Altair RISE

A program to recognize and reward our most engaged community members

Nominate Yourself Now!

"opinion mining/sentiment analysis-rapidminer5"

hi!
I would appreciate your giving me any piece of information!it is really important to me!
i have created an excel file,filled with comments about a specific topic!
now,i am trying to classify these comments(in fact the comments are short sentences from various sources via the net)
into positive,neutral and negative!
how can i proceed?
please let me inform you that all comments are written in greek.i hope there is no problem with it!
since i am new to this topic i would be really grateful for any help!
thanks in advance, i am looking forward to your reply!
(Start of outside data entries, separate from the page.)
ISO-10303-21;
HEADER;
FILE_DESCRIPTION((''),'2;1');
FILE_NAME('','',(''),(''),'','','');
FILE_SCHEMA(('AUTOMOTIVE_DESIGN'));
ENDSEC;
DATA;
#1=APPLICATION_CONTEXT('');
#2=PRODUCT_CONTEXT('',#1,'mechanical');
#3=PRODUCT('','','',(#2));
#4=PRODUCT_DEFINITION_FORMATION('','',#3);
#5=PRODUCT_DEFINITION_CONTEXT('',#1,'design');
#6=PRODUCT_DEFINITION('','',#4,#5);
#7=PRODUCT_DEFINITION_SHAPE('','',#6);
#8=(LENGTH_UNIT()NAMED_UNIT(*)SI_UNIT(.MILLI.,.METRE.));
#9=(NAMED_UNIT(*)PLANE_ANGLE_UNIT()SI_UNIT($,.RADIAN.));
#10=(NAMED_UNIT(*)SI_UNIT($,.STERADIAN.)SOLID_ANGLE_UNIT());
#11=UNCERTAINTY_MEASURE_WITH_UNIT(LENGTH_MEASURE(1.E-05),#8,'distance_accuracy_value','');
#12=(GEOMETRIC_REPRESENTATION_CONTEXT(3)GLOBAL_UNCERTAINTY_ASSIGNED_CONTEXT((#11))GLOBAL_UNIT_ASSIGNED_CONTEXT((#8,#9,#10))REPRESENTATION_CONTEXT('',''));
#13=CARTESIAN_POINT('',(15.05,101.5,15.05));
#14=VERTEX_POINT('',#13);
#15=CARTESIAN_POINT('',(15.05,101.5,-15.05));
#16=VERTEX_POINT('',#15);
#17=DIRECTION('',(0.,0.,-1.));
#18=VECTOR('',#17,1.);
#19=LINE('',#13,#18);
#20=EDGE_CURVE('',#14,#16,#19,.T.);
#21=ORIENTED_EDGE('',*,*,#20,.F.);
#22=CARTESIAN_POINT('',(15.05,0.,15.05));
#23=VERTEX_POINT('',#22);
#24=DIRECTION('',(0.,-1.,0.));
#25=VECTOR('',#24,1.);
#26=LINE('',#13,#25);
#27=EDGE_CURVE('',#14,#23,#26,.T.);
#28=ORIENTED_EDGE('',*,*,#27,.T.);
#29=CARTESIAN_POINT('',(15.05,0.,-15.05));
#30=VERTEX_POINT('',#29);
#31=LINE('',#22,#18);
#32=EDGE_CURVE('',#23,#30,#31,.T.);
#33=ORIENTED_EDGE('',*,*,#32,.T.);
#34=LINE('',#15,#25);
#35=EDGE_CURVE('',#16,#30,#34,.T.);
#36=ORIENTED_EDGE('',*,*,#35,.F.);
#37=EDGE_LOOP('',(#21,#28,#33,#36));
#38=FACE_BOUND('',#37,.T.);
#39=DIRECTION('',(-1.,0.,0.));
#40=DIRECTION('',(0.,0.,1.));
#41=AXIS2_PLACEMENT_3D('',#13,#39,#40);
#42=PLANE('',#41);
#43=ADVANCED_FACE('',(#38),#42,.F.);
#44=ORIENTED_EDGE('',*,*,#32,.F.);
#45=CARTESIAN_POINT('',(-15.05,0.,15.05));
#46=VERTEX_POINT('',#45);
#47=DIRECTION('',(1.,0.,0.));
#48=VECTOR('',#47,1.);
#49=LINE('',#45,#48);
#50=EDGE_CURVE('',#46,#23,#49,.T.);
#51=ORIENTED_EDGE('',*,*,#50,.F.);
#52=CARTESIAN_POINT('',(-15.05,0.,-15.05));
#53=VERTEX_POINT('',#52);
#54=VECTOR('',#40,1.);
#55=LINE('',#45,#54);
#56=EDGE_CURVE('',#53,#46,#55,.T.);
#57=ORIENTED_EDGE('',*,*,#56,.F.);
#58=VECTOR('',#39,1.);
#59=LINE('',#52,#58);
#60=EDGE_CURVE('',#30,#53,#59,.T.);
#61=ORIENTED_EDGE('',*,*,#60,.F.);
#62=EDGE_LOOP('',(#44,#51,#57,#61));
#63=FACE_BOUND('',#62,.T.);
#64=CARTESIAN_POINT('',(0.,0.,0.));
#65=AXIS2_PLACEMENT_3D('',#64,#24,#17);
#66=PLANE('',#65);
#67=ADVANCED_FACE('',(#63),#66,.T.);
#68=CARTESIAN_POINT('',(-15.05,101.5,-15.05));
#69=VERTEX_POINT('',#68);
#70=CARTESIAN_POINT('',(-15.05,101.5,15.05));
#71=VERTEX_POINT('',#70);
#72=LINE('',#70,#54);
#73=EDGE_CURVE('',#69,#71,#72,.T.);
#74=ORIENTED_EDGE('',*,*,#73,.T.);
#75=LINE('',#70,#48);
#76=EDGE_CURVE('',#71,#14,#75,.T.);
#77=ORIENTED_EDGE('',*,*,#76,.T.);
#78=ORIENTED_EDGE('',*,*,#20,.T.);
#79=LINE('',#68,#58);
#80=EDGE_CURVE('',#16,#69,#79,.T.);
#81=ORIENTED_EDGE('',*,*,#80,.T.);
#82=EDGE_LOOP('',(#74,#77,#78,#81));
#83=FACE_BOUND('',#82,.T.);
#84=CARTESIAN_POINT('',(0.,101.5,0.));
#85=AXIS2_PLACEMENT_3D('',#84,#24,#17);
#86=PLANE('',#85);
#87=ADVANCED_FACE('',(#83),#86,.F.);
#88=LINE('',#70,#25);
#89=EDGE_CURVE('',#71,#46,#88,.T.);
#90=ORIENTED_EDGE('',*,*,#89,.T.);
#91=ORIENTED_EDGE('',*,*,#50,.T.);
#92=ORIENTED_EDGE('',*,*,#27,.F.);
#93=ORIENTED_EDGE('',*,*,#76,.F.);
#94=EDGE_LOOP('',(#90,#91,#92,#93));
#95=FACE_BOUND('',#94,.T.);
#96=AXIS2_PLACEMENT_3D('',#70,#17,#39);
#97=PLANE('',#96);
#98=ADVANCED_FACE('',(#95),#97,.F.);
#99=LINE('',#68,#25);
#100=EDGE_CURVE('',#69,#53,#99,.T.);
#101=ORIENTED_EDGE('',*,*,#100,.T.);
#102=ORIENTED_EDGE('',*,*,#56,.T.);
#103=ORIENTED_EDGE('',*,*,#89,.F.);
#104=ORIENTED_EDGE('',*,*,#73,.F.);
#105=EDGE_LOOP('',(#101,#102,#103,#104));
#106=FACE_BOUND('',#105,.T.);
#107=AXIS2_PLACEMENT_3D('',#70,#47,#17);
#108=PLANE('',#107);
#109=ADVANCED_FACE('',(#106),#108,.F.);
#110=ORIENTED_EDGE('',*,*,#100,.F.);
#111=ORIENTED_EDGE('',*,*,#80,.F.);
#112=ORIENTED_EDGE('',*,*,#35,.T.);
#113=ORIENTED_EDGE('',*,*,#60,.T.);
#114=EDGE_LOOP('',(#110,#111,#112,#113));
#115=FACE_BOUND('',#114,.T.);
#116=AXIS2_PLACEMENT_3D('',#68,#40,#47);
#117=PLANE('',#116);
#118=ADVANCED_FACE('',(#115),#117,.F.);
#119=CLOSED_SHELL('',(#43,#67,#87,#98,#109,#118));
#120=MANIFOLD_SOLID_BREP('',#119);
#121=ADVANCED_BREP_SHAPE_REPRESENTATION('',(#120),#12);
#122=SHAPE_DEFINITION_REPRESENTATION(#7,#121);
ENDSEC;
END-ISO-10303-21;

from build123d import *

# Parameters (mm, degrees)
ESQUISSE1_W        = 30.1
ESQUISSE1_H        = 30.1
BOSS_EXTRU_1_DEPTH = 101.5


with BuildPart() as part:
    # Esquisse1 → Boss.-Extru.1 (new body)
    with BuildSketch(Plane(origin=(0, 0, 0), x_dir=(1, 0, 0), z_dir=(0, 1, 0))):
        Rectangle(ESQUISSE1_W, ESQUISSE1_H)
    extrude(amount=BOSS_EXTRU_1_DEPTH)


solid = part.part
Find more posts tagged with

AI Studio

Sentiment Analysis

Accepted answers

All comments

el_chief

see my blog vancouverdata.blogspot.com

i have a five part video series on text mining, including how to do classification (sentiment analysis) in the 5th part

good luck

neil

lina

Neil McGuigan wrote:

see my blog vancouverdata.blogspot.com

i have a five part video series on text mining, including how to do classification (sentiment analysis) in the 5th part

good luck

neil

thank you very much,neil!i'm going to visit your blog and watch the videos!!

lina

hi!
i'm still working on opinion mining but i have few problems.
i have watched the videos from vancouverdata.btw,i found them really helpfull,thanks neil

!
First of all,the language i use is greek so i want to create a text for the operator: Filter Stopword.Does anyone know how the text should be like? I've created a text like this: "word1|word2...."but unfortunately it is not recognized. Any idea, please?
Also, there is not a stem operator for my language.How can i create one as it seems to be very important?
Apart from these problems, i have followed the method which is showed in the 5th part of the video series but i also have a problem. The operator naive bayes : "cannot check whether input example set has special attribute "label""
What about this?Should i specify a label or an attribute in the file i use?Specifically, i use an excel file instead of database which is used in the video.
Sorry for the long post.
I'm looking forward to your answers and your help!!

Lina

Filter Stopwords by Dictionary allows you to create your own stoplist - it reads from a file that you create.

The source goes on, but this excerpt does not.